_What this task involves_.
The entries below contain a line with "f 159 301 302" and a line with "f 166 169 320". Quote exactly those two lines and all lines between them.

[[ Extracted material open ]]

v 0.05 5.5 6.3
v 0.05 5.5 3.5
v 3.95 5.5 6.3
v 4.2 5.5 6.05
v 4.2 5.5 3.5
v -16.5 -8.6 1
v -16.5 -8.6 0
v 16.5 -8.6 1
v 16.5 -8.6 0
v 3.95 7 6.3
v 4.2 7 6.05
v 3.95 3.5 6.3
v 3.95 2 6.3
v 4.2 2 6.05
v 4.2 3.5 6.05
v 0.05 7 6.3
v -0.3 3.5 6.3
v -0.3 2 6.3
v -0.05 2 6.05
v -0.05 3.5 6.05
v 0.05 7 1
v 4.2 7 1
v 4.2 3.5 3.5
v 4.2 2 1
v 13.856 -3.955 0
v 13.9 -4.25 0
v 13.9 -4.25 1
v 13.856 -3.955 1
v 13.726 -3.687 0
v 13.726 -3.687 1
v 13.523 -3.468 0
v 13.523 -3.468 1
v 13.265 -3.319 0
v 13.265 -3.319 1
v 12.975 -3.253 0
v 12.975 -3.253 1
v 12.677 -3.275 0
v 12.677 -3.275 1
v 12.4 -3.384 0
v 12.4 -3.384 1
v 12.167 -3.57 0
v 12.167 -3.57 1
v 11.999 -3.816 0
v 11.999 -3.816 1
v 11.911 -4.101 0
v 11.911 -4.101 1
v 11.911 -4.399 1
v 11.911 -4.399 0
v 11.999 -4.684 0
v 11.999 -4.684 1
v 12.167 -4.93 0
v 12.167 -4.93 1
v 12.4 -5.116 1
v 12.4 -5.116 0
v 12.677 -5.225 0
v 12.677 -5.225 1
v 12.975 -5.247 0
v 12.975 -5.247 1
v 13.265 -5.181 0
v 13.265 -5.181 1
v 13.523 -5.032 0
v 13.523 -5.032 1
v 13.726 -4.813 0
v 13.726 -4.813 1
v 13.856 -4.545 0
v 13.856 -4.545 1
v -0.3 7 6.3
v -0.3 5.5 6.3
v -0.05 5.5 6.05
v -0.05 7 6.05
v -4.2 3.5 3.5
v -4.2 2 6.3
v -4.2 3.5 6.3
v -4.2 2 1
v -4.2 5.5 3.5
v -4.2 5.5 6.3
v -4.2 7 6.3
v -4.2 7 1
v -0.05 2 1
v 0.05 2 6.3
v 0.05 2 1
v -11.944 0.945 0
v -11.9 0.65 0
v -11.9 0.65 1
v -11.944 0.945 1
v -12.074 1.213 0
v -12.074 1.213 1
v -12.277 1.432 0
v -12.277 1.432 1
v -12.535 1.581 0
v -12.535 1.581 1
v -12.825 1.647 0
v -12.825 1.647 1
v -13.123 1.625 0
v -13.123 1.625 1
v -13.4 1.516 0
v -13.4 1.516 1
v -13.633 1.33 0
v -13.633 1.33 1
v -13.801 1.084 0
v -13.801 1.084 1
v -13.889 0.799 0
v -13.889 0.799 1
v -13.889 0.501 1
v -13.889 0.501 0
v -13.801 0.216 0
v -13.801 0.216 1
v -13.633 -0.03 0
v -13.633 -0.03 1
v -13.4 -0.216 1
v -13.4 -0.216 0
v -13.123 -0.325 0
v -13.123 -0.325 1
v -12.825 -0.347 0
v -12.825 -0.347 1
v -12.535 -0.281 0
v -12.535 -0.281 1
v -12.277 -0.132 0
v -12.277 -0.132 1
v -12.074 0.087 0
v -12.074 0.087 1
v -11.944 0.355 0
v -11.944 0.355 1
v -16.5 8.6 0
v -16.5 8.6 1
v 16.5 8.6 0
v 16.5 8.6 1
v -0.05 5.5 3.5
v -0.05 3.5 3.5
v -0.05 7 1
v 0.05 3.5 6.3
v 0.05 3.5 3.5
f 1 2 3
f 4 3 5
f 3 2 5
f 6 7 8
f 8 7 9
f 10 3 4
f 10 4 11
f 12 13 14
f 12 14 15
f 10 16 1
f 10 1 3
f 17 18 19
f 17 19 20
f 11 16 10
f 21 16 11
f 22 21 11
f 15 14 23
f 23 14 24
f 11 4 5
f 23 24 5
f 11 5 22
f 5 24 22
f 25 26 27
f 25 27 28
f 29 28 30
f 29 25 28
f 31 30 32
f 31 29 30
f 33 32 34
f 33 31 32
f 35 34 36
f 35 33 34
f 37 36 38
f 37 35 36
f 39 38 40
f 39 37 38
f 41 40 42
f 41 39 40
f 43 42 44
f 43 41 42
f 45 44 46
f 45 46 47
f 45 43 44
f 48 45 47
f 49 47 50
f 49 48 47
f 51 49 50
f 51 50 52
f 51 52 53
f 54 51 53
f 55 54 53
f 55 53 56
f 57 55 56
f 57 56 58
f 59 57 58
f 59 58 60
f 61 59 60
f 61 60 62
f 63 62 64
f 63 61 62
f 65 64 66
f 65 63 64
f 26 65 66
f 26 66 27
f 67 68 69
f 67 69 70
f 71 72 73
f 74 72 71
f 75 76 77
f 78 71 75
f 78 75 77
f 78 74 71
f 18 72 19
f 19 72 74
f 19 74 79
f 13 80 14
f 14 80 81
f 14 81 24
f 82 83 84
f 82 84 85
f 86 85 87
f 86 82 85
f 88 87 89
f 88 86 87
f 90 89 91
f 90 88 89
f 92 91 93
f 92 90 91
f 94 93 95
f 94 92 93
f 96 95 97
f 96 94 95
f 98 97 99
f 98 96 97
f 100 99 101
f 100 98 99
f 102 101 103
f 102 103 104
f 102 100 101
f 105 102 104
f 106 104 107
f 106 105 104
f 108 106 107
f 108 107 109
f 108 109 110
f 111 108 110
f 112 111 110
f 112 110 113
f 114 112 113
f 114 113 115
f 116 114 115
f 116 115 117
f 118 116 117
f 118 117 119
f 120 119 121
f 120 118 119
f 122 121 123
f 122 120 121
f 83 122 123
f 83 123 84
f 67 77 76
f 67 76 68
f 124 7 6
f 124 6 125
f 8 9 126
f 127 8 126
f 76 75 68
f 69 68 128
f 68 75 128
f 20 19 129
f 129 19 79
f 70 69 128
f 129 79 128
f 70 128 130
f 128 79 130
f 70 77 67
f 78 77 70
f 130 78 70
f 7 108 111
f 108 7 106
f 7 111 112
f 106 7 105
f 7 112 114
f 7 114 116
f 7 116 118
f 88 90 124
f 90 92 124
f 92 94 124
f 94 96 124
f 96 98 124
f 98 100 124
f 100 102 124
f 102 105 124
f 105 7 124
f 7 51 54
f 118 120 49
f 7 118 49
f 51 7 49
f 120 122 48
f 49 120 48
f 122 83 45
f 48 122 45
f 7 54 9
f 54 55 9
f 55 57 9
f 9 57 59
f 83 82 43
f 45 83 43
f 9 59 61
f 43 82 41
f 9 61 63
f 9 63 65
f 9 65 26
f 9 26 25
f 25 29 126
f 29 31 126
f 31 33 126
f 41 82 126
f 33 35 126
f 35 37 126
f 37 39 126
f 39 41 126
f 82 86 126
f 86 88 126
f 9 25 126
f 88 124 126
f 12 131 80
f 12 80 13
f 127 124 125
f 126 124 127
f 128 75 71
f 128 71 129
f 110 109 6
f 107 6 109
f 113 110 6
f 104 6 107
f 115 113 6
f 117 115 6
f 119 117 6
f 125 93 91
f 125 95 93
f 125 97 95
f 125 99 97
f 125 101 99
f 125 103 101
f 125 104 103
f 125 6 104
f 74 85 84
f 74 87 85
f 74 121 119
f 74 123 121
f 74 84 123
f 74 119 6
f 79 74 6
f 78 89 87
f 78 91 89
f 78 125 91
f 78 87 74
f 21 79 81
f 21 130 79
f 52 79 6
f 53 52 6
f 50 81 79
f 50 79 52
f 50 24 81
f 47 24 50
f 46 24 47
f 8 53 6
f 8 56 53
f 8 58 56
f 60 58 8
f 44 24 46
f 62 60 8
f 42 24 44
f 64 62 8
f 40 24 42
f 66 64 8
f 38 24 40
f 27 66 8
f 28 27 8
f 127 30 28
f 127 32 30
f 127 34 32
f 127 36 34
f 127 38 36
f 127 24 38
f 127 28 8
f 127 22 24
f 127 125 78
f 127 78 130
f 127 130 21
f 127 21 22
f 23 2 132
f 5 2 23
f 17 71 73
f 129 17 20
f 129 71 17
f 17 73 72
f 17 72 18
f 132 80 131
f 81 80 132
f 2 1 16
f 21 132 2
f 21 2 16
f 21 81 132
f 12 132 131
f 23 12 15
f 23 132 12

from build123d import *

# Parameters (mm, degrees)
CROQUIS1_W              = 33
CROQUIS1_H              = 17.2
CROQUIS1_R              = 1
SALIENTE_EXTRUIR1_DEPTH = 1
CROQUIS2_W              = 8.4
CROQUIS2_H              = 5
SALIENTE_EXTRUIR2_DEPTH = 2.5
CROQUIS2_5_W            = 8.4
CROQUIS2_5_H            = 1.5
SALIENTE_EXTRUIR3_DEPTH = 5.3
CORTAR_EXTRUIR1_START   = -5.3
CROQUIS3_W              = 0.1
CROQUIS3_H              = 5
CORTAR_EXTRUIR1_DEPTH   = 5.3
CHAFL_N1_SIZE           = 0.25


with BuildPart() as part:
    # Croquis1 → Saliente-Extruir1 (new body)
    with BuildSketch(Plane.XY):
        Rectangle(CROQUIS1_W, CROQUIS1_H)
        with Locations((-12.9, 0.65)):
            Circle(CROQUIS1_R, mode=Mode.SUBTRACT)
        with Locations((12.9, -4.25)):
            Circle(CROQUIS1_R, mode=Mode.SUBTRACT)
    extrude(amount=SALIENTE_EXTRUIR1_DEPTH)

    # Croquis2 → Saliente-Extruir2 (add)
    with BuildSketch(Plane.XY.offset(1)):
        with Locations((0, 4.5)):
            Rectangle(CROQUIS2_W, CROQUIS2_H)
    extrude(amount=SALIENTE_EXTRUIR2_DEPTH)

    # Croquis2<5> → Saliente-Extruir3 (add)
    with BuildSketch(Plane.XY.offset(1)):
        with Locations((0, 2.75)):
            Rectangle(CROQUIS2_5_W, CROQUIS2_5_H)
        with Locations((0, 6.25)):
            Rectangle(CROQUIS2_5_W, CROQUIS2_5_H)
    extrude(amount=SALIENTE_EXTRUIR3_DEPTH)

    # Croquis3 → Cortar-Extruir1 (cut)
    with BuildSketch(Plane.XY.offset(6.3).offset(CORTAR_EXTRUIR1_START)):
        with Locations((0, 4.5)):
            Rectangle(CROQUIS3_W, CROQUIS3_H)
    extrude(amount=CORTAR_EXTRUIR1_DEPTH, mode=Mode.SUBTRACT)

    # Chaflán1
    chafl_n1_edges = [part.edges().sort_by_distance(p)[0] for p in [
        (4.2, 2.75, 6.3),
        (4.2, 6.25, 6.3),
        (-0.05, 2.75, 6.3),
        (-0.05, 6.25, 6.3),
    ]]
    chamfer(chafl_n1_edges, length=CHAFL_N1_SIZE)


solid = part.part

[[ Extracted material closed ]]
[[ Extracted material open ]]

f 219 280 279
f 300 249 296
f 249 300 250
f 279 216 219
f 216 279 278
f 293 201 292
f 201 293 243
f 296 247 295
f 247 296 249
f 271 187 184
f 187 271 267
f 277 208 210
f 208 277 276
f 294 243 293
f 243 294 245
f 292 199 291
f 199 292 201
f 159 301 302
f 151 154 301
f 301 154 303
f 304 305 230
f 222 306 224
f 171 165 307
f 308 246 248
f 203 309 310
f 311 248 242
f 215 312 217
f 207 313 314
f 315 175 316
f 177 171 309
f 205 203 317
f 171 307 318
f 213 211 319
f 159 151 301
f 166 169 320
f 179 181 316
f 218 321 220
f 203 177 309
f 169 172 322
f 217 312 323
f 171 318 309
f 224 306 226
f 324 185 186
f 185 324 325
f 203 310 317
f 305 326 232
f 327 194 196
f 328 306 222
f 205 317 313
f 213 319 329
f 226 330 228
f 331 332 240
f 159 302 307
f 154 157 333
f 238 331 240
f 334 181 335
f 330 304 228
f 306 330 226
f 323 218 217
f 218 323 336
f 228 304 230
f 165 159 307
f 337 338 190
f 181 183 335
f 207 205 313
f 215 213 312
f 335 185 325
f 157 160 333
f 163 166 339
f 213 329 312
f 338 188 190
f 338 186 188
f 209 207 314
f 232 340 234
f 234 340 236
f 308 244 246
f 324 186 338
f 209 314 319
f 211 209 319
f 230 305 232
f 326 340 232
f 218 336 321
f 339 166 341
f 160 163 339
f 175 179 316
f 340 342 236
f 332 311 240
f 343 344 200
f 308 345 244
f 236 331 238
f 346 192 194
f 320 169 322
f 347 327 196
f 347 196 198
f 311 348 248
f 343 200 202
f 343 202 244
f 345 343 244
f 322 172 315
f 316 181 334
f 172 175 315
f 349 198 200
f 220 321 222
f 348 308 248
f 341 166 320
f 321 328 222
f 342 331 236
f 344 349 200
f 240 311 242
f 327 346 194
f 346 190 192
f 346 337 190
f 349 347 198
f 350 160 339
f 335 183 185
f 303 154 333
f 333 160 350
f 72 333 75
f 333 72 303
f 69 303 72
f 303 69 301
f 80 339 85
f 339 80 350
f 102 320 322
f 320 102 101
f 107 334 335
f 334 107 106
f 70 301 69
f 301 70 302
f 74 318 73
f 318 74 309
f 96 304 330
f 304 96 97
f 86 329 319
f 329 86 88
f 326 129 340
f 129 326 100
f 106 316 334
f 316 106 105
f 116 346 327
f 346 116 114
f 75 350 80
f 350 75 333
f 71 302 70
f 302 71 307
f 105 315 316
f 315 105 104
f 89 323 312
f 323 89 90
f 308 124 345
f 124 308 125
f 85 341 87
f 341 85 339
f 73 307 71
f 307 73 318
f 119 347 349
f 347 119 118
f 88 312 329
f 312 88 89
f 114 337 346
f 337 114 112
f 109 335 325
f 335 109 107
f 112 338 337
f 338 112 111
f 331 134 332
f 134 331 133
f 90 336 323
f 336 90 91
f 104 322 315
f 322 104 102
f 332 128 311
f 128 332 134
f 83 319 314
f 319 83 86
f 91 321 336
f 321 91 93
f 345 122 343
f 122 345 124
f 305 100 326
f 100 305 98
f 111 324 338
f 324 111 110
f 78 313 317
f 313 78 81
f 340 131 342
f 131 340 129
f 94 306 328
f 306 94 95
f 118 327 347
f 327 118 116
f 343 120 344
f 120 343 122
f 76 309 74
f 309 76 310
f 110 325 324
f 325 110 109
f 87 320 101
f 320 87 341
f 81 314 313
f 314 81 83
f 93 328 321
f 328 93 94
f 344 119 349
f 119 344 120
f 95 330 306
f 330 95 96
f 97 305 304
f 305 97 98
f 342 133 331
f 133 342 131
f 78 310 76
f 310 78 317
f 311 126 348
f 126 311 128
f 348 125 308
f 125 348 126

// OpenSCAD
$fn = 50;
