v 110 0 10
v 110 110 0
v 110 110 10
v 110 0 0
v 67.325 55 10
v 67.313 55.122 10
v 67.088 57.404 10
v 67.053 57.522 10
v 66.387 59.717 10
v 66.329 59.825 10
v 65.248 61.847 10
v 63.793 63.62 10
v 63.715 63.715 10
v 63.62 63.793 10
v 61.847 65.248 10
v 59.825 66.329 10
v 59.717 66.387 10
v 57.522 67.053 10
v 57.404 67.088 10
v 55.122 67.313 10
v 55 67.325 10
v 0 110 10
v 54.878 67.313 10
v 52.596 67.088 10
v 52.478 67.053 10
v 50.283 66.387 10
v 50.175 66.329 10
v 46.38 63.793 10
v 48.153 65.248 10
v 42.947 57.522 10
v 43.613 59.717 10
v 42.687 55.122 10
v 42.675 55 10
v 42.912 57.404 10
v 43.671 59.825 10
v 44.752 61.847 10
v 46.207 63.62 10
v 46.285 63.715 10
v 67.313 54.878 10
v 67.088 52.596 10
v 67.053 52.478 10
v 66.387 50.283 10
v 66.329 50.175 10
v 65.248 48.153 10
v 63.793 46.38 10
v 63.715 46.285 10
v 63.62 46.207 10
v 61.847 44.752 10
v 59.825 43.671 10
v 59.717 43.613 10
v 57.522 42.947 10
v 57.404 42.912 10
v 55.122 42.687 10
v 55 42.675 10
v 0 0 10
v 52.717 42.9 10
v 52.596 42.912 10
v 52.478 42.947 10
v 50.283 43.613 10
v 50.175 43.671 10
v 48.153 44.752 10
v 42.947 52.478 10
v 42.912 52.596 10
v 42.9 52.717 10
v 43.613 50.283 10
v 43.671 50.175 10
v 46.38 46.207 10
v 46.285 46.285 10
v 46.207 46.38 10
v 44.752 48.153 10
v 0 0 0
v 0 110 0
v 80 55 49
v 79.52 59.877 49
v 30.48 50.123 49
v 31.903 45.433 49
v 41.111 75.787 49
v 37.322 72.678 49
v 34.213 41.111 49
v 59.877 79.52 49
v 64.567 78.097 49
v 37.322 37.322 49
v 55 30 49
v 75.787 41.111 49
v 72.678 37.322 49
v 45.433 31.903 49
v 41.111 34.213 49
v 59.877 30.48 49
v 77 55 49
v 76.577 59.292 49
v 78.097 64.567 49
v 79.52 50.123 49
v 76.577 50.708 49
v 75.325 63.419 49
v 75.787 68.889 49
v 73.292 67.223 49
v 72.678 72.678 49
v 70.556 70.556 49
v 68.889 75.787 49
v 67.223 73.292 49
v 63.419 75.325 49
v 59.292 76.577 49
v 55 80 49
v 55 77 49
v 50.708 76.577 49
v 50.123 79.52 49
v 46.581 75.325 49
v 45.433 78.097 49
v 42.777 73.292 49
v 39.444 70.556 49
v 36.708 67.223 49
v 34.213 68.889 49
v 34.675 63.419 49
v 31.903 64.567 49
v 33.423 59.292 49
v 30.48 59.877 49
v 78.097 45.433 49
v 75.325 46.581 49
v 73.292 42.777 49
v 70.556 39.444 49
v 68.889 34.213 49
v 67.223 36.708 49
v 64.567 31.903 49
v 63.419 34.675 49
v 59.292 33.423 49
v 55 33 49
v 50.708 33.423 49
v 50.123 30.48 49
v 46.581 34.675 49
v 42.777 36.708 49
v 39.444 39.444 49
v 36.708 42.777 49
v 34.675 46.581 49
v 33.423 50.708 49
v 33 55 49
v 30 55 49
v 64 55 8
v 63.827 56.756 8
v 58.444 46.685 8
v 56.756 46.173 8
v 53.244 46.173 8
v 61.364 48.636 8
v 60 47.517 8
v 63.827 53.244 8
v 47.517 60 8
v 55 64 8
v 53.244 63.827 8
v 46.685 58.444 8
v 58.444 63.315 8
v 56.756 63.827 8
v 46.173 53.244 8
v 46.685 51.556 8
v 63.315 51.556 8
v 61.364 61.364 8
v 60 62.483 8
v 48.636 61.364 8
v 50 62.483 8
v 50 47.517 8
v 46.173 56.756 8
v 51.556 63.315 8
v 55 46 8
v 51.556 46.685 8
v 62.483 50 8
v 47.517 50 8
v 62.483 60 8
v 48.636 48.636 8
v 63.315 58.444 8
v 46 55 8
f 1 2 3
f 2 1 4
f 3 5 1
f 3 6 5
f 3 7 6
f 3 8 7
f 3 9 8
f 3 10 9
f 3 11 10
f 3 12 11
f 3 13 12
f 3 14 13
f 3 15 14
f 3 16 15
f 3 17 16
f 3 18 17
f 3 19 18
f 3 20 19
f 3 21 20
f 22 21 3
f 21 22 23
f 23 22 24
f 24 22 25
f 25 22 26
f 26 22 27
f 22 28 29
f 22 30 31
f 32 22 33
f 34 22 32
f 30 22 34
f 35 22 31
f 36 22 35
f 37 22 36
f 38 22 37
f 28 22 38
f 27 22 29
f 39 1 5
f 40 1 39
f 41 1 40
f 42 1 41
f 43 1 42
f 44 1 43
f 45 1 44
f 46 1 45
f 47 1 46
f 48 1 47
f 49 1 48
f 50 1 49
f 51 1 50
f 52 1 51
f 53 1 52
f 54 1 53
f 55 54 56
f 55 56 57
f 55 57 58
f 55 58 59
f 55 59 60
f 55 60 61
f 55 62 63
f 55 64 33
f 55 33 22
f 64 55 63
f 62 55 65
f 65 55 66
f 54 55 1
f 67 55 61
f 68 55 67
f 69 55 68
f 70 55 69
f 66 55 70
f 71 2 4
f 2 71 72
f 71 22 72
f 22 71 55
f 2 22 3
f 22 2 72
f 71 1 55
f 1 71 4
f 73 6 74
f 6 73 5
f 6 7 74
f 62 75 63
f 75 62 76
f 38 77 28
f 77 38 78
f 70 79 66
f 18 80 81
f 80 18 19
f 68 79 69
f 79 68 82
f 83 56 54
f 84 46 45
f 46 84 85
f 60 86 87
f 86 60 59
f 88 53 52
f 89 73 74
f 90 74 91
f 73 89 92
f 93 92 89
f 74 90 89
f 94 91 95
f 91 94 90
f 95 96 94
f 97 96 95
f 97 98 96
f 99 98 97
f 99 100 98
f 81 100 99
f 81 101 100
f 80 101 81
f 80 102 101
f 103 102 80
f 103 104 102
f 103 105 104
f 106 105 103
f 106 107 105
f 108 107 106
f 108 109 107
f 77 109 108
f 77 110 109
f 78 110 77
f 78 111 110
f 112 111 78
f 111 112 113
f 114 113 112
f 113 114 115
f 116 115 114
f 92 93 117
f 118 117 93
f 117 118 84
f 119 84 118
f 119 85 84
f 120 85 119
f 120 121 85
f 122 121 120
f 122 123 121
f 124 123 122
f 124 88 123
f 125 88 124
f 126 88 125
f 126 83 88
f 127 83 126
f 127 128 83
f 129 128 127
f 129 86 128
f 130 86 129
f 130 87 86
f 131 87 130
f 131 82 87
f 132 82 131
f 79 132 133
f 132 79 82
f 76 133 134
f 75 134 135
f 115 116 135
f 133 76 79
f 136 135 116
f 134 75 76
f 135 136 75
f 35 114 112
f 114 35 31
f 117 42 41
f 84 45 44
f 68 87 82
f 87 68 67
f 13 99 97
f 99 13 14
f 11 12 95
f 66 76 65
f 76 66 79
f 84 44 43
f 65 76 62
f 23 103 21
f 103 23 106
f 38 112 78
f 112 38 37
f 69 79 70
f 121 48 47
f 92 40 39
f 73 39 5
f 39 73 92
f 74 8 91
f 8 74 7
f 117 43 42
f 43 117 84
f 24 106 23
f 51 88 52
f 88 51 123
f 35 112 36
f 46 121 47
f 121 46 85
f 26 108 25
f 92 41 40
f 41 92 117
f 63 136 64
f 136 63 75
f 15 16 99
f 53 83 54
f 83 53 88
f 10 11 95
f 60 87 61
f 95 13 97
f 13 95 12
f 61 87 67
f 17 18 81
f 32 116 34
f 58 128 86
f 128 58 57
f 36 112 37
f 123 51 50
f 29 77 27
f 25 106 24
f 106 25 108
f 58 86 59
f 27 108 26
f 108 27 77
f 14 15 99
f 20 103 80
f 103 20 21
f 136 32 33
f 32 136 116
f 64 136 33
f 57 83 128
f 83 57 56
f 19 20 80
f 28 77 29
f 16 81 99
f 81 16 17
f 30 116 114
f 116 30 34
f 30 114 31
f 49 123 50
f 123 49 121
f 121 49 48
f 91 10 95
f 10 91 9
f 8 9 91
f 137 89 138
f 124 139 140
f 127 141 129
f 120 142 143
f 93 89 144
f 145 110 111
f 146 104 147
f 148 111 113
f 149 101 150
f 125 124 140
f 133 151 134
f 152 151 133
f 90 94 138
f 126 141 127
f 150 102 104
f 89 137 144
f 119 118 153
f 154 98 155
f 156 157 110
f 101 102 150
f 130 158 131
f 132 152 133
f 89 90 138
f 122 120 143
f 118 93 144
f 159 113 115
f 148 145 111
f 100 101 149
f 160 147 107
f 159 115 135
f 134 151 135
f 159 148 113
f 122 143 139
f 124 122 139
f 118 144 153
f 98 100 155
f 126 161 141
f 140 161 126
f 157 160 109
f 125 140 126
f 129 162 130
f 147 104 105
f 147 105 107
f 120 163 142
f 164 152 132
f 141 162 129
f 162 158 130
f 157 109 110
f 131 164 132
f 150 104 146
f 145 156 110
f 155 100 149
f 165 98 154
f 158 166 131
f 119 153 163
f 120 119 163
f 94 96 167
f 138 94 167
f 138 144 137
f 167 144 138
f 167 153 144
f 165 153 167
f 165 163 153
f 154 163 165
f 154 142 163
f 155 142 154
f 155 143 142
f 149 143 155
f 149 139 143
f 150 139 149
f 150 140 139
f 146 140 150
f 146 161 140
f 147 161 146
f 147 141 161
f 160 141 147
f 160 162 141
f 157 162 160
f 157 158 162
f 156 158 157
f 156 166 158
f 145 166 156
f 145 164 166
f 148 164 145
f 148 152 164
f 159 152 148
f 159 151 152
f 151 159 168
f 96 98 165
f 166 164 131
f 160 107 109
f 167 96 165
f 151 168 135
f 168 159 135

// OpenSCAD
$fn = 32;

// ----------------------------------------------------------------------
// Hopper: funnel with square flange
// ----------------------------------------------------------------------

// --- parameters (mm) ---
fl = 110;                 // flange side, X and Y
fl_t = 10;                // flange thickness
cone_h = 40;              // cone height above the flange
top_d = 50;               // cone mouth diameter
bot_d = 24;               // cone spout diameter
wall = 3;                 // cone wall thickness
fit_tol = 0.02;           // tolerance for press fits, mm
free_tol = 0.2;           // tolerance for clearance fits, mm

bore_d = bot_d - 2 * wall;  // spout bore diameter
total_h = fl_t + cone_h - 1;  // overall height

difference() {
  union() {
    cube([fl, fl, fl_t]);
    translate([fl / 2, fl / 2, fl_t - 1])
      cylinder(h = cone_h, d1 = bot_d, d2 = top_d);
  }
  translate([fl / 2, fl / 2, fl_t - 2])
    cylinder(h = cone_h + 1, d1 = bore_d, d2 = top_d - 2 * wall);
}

[[ Extracted material closed ]]

_Task output_.
f 159 301 302
f 151 154 301
f 301 154 303
f 304 305 230
f 222 306 224
f 171 165 307
f 308 246 248
f 203 309 310
f 311 248 242
f 215 312 217
f 207 313 314
f 315 175 316
f 177 171 309
f 205 203 317
f 171 307 318
f 213 211 319
f 159 151 301
f 166 169 320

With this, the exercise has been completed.